WHEN Rishi Sunak first heard about the Rwanda plan, he had his doubts. Since he was Chancellor then, he had a responsibility to scrutinise the cost. But the bigger question was whether the plan would work. Though of questionable legality and significant expense, the scheme was limited in its scale. So why would its deterrent effect materialise?
Home secretary Priti Patel got the policy through. She issued a ministerial directive to override civil service public spending rules, to overcome the absence of evidence that this policy would provide value to the taxpayer. Sunak kept quiet. It would be another three months before his resignation helped to trigger Boris Johnson’s downfall as prime minister.
Yet, by the time he spoke out about Rwanda, Sunak had become an enthusiastic public champion of a massive expansion of the policy. The reason was that he was running for the leadership of the Conservative Party. Rival campaigns were briefing about his criticism of the policy inside government. Sunak declared he could fix the Rwanda plan. His argument was that, for the Rwanda plan to work, everybody crossing the Channel “needs to know their journey would end in Kigali, not Kings Cross”. If removing 300 people to Africa would make too little difference to deter future crossings, being willing to send 30,000 people to Africa might change that. "Whatever it takes" was Sunak’s message. But this was not a promise that could be kept in the real world. Rwanda’s capacity was around 300 asylum seekers a year.
Yet Sunak's ten-point campaign plan combined that impossible headline pledge with a lower profile agenda to get a grip on asylum reform, including clearing the home office asylum backlog, stronger cooperation with France and exploring safe routes to the UK.
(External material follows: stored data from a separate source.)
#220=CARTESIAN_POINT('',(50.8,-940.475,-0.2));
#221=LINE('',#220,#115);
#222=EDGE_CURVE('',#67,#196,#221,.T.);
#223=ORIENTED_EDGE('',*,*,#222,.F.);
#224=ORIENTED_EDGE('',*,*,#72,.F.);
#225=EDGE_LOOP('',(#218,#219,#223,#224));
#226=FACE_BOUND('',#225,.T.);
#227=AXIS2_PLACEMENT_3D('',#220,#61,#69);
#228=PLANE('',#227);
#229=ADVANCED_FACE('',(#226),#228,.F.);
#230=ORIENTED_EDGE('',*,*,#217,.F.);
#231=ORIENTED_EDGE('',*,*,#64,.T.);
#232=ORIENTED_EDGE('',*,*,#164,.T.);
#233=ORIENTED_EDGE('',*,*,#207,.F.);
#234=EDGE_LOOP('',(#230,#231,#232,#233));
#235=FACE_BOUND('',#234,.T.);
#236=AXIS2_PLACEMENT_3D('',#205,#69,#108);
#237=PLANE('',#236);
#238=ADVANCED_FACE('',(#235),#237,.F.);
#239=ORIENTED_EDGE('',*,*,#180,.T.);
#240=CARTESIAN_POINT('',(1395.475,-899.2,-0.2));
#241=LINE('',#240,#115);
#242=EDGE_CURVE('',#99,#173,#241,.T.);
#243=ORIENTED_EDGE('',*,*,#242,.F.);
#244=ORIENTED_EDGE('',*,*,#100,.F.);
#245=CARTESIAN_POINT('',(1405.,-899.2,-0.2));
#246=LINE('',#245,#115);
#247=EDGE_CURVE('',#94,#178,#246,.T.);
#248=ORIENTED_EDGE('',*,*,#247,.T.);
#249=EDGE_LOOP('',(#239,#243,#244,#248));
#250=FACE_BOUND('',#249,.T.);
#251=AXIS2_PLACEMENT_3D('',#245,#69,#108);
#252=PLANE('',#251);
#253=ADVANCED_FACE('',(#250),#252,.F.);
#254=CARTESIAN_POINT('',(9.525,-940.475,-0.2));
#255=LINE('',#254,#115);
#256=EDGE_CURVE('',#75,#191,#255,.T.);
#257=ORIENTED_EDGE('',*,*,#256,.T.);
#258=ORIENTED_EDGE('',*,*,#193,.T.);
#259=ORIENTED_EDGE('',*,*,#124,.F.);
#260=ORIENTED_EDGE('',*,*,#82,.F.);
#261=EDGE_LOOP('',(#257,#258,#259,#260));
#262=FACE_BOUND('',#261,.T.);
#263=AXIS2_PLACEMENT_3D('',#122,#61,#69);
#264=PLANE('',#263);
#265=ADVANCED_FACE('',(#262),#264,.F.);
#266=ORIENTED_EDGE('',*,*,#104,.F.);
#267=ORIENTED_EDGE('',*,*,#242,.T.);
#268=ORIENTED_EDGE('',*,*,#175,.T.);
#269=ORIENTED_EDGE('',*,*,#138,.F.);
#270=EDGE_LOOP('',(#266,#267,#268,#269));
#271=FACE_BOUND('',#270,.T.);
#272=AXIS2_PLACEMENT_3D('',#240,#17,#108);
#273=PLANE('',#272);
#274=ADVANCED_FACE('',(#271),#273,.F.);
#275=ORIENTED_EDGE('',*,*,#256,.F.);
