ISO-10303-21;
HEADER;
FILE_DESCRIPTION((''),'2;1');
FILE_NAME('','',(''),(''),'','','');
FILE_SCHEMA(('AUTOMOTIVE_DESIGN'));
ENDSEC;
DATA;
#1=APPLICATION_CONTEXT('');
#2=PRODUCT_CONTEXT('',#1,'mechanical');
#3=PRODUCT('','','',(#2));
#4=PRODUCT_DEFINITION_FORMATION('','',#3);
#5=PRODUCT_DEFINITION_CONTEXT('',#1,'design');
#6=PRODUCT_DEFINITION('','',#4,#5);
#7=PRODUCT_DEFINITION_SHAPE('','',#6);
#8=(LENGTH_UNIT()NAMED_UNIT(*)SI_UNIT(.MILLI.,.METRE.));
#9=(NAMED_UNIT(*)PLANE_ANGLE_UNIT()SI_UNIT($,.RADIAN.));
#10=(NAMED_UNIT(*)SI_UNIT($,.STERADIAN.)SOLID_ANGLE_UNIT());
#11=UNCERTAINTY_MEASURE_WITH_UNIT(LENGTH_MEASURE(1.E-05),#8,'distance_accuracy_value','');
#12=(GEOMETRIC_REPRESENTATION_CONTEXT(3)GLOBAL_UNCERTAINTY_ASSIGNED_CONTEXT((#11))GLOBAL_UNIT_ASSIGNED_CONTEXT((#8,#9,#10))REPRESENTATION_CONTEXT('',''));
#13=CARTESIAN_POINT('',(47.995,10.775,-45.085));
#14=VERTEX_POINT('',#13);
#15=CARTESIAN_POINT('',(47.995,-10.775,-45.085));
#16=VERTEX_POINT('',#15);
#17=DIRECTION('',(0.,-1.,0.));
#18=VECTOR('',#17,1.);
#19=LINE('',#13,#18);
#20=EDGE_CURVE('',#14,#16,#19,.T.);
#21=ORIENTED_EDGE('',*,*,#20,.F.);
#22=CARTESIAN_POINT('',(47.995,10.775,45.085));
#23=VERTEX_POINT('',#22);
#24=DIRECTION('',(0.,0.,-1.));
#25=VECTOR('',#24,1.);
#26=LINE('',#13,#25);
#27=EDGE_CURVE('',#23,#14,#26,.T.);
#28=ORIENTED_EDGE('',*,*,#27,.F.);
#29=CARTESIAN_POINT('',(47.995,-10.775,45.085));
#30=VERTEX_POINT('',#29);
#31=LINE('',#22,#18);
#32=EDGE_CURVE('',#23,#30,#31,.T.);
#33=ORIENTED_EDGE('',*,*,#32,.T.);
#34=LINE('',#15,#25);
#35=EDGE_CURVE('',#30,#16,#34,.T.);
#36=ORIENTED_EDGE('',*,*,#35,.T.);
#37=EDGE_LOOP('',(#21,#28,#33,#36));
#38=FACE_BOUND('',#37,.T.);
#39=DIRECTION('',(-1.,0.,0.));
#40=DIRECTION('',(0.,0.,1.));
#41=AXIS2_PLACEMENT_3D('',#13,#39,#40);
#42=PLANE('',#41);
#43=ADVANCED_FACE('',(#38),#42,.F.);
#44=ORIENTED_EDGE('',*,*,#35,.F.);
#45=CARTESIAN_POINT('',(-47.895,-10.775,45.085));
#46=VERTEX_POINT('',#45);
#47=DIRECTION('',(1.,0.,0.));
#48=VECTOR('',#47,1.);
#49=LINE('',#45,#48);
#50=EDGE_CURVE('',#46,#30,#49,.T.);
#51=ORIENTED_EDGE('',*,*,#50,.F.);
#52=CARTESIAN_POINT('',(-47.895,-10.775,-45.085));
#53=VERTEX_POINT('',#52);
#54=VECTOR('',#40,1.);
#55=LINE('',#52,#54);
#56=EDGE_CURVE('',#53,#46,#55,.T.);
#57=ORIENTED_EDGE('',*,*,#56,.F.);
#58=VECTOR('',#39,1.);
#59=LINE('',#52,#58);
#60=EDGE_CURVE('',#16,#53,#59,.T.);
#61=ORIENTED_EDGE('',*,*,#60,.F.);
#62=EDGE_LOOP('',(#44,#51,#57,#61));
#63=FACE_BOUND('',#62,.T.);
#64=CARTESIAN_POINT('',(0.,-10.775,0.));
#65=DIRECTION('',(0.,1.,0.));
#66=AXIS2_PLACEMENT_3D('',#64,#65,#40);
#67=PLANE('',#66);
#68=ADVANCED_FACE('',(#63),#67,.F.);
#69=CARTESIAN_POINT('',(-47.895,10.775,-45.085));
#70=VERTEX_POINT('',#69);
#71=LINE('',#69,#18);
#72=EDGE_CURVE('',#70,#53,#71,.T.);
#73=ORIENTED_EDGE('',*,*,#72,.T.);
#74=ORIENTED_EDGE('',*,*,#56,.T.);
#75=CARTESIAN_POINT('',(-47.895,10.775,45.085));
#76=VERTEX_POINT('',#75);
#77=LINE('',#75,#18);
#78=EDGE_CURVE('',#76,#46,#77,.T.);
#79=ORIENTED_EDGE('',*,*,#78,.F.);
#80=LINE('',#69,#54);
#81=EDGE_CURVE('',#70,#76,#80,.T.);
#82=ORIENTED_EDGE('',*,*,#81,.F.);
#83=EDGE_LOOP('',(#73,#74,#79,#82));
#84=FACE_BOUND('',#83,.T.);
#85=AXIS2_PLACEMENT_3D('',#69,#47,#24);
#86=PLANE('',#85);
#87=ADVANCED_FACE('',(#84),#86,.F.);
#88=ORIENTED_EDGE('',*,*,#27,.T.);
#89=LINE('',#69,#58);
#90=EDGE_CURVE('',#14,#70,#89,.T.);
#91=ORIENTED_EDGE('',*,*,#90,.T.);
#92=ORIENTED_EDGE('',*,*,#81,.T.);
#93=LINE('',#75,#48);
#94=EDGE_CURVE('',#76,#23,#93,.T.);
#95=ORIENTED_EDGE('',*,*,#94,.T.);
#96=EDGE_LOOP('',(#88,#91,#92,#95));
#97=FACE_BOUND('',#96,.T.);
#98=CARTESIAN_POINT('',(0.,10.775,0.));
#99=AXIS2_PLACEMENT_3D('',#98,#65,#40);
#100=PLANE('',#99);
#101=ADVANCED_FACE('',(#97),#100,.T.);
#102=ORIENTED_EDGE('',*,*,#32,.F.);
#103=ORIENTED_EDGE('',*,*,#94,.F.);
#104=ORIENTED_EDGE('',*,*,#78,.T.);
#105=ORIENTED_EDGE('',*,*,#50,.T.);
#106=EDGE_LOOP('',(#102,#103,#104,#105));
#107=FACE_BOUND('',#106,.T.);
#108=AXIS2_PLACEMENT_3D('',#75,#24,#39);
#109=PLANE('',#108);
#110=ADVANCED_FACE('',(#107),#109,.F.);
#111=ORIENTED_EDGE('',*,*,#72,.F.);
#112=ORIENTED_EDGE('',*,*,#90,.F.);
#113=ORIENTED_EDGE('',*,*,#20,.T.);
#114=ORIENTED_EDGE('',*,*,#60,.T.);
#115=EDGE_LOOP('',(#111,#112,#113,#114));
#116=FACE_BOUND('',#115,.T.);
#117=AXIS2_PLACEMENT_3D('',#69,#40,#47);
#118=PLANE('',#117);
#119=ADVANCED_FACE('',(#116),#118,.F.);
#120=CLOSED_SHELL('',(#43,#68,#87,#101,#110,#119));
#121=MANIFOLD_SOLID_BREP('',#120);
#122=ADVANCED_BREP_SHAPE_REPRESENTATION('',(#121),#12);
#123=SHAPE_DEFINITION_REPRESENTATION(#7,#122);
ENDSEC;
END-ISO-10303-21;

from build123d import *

# Parameters (mm, degrees)
SKETCH1_W           = 95.89
SKETCH1_H           = 90.17
BOSS_EXTRUDE1_DEPTH = 10.775


with BuildPart() as part:
    # Sketch1 → Boss-Extrude1 (new body, symmetric)
    with BuildSketch(Plane(origin=(0, 0, 0), x_dir=(1, 0, 0), z_dir=(0, 1, 0))):
        with Locations((0.05, 0)):
            Rectangle(SKETCH1_W, SKETCH1_H)
    extrude(amount=BOSS_EXTRUDE1_DEPTH, both=True)


solid = part.part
Sunak lost that party election. Since most party members did not heed Sunak’s warnings about Liz Truss's tax cuts, he did probably lacked the political capital to persuade them on asylum too. Yet the rapid implosion of Trussonomics saw Sunak running for the leadership again. He secured the premiership, unopposed, by making a deal with Suella Braverman, who had recently resigned as home secretary, to return her to the office.
Sunder Katwala
That made Sunak’s prize a fragile coalition of the party factions. His chancellor Jeremy Hunt and home secretary Braverman had clashed ferociously over immigration under Truss. Sunak has quietly sided with his chancellor in rejecting Braverman's hopes to slash the numbers granted immigration visas, but more vocally with his home secretary on Channel crossings and asylum. Yet Sunak must take responsibility for giving so much profile to his new year pledge to “stop the boats”. Unlike his other four pledges – designed to be achievable, even if progress on each is slipping – he keeps making impossible promises over Channel crossings.
Nearly 8,000 people have crossed the Channel since March 7. The prime minister has pledged that everybody crossing after that date will be detained and removed within 28 days. With little detention capacity, and nowhere to send most people, the pledge is being broken. Telling people they are permanently inadmissible for asylum will prove unsustainable, in practice and probably in law too.
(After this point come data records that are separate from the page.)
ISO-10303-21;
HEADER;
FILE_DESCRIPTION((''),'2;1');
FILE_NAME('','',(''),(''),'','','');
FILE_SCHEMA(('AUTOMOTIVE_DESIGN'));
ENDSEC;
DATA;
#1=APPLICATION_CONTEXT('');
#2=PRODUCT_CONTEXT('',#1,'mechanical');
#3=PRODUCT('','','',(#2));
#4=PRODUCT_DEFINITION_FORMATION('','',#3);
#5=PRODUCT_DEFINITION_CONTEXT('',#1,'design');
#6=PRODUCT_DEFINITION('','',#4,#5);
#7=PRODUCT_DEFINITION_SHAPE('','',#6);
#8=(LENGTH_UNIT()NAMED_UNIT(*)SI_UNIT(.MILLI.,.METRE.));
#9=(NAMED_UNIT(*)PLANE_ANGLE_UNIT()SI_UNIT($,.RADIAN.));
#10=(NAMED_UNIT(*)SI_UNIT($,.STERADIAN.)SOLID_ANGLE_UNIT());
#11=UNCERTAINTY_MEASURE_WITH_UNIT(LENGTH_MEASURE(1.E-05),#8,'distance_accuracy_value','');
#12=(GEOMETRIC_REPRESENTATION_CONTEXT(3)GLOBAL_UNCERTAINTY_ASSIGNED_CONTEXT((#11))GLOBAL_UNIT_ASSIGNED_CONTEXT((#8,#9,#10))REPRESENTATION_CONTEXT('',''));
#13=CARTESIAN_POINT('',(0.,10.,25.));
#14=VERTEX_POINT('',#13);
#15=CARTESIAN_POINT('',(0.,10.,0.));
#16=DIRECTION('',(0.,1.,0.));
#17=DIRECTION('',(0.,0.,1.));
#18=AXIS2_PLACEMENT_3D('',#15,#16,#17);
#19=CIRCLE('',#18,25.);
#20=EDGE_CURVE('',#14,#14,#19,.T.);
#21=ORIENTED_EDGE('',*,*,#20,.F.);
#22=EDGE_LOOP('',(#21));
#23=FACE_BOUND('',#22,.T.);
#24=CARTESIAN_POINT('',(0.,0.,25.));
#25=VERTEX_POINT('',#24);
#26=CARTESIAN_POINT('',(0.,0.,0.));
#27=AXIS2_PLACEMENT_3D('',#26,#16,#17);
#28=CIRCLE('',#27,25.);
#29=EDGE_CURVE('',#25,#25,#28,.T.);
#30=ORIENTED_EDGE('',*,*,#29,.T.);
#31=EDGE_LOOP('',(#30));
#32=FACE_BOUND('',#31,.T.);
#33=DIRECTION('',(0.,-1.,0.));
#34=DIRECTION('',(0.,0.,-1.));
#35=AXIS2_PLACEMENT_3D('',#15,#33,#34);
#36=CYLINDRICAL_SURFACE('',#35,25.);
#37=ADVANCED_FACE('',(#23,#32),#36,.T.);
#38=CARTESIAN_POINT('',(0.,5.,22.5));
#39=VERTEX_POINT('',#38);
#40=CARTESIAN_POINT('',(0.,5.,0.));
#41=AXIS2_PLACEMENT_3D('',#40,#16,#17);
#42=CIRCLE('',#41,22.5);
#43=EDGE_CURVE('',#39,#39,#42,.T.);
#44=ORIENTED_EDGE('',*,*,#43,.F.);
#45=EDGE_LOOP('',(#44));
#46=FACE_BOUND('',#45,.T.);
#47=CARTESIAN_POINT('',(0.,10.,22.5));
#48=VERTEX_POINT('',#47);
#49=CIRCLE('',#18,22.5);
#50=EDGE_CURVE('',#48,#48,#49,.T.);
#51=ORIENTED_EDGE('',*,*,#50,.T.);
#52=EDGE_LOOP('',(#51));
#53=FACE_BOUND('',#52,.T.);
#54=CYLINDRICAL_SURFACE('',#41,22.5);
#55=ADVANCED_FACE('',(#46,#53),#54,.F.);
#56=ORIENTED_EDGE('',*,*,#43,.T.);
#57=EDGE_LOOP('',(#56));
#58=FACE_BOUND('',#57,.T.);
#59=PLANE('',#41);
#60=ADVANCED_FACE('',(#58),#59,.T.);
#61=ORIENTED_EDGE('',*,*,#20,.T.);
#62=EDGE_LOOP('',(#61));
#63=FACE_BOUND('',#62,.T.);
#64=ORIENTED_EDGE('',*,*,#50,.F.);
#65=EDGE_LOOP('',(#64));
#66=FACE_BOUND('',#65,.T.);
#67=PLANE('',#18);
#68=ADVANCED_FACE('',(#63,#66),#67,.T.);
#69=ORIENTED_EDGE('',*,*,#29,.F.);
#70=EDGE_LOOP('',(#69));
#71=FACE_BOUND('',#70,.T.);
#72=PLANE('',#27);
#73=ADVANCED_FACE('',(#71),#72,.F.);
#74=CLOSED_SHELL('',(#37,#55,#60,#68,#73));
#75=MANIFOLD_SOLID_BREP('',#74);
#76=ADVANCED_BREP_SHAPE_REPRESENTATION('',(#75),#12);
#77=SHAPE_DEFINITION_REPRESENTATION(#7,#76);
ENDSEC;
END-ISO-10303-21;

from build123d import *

# Parameters (mm, degrees)
SKETCH_1_R          = 25
EXTRUDE_1_DEPTH     = 10
SKETCH_3_R          = 22.5
CUT_EXTRUDE_1_DEPTH = 5


with BuildPart() as part:
    # 草圖1 → 填料-伸長1 (new body)
    with BuildSketch(Plane(origin=(0, 0, 0), x_dir=(1, 0, 0), z_dir=(0, 1, 0))):
        with Locations(Location((0, 0, 0), (0, 0, 270))):
            Circle(SKETCH_1_R)
    extrude(amount=EXTRUDE_1_DEPTH)

    # 草圖3 → 除料-伸長1 (cut)
    with BuildSketch(Plane(origin=(0, 10, 0), x_dir=(1, 0, 0), z_dir=(0, 1, 0))):
        with Locations(Location((0, 0, 0), (0, 0, 270))):
            Circle(SKETCH_3_R)
    extrude(amount=-CUT_EXTRUDE_1_DEPTH, mode=Mode.SUBTRACT)


solid = part.part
The defeat of the Rwanda policy in the appeal court removes a central plank of the government’s strategy. The courts do not rule out Rwanda-type deals in principle, but it will not be lawful unless and until Rwanda has a properly functioning asylum system. Sunak will take the Rwanda case to the Supreme Court to see if it can be rescued. Yet that verdict is a sideshow now. Even if the government could remove 200 asylum seekers to Rwanda, it has no credible plan for the other 99 per cent.
The irony is that Sunak was right the first time on Rwanda. “Crucially, we cannot waste large sums of taxpayers’ money on the policy only to fall at the first legal hurdle," he wrote last summer. Yet Sunak has felt compelled by political pressure within his own party to say he can do impossible things. Because this cannot work, Sunak now faces party pressure to withdraw from the European Court of Human Rights, something he is strongly opposed to doing in government, since it would wreck his working relationships in Dublin, Washington and Brussels. Yet that pressure may increase further still ahead of the next election manifesto.
Sunak’s self-identity is as a politician who cuts through the drama to deliver. His failure on asylum undermines that reputation. The impossible promises convey the lack of political confidence of being an unelected prime minister. And the failure to deliver makes the Sunak administration look increasingly like a transitional government. Whatever the courts decide on Rwanda, it is now likely to be the next government that must grapple with how to repeal, rebuild and reform an asylum system that can deliver control and compassion, in both principle and practice.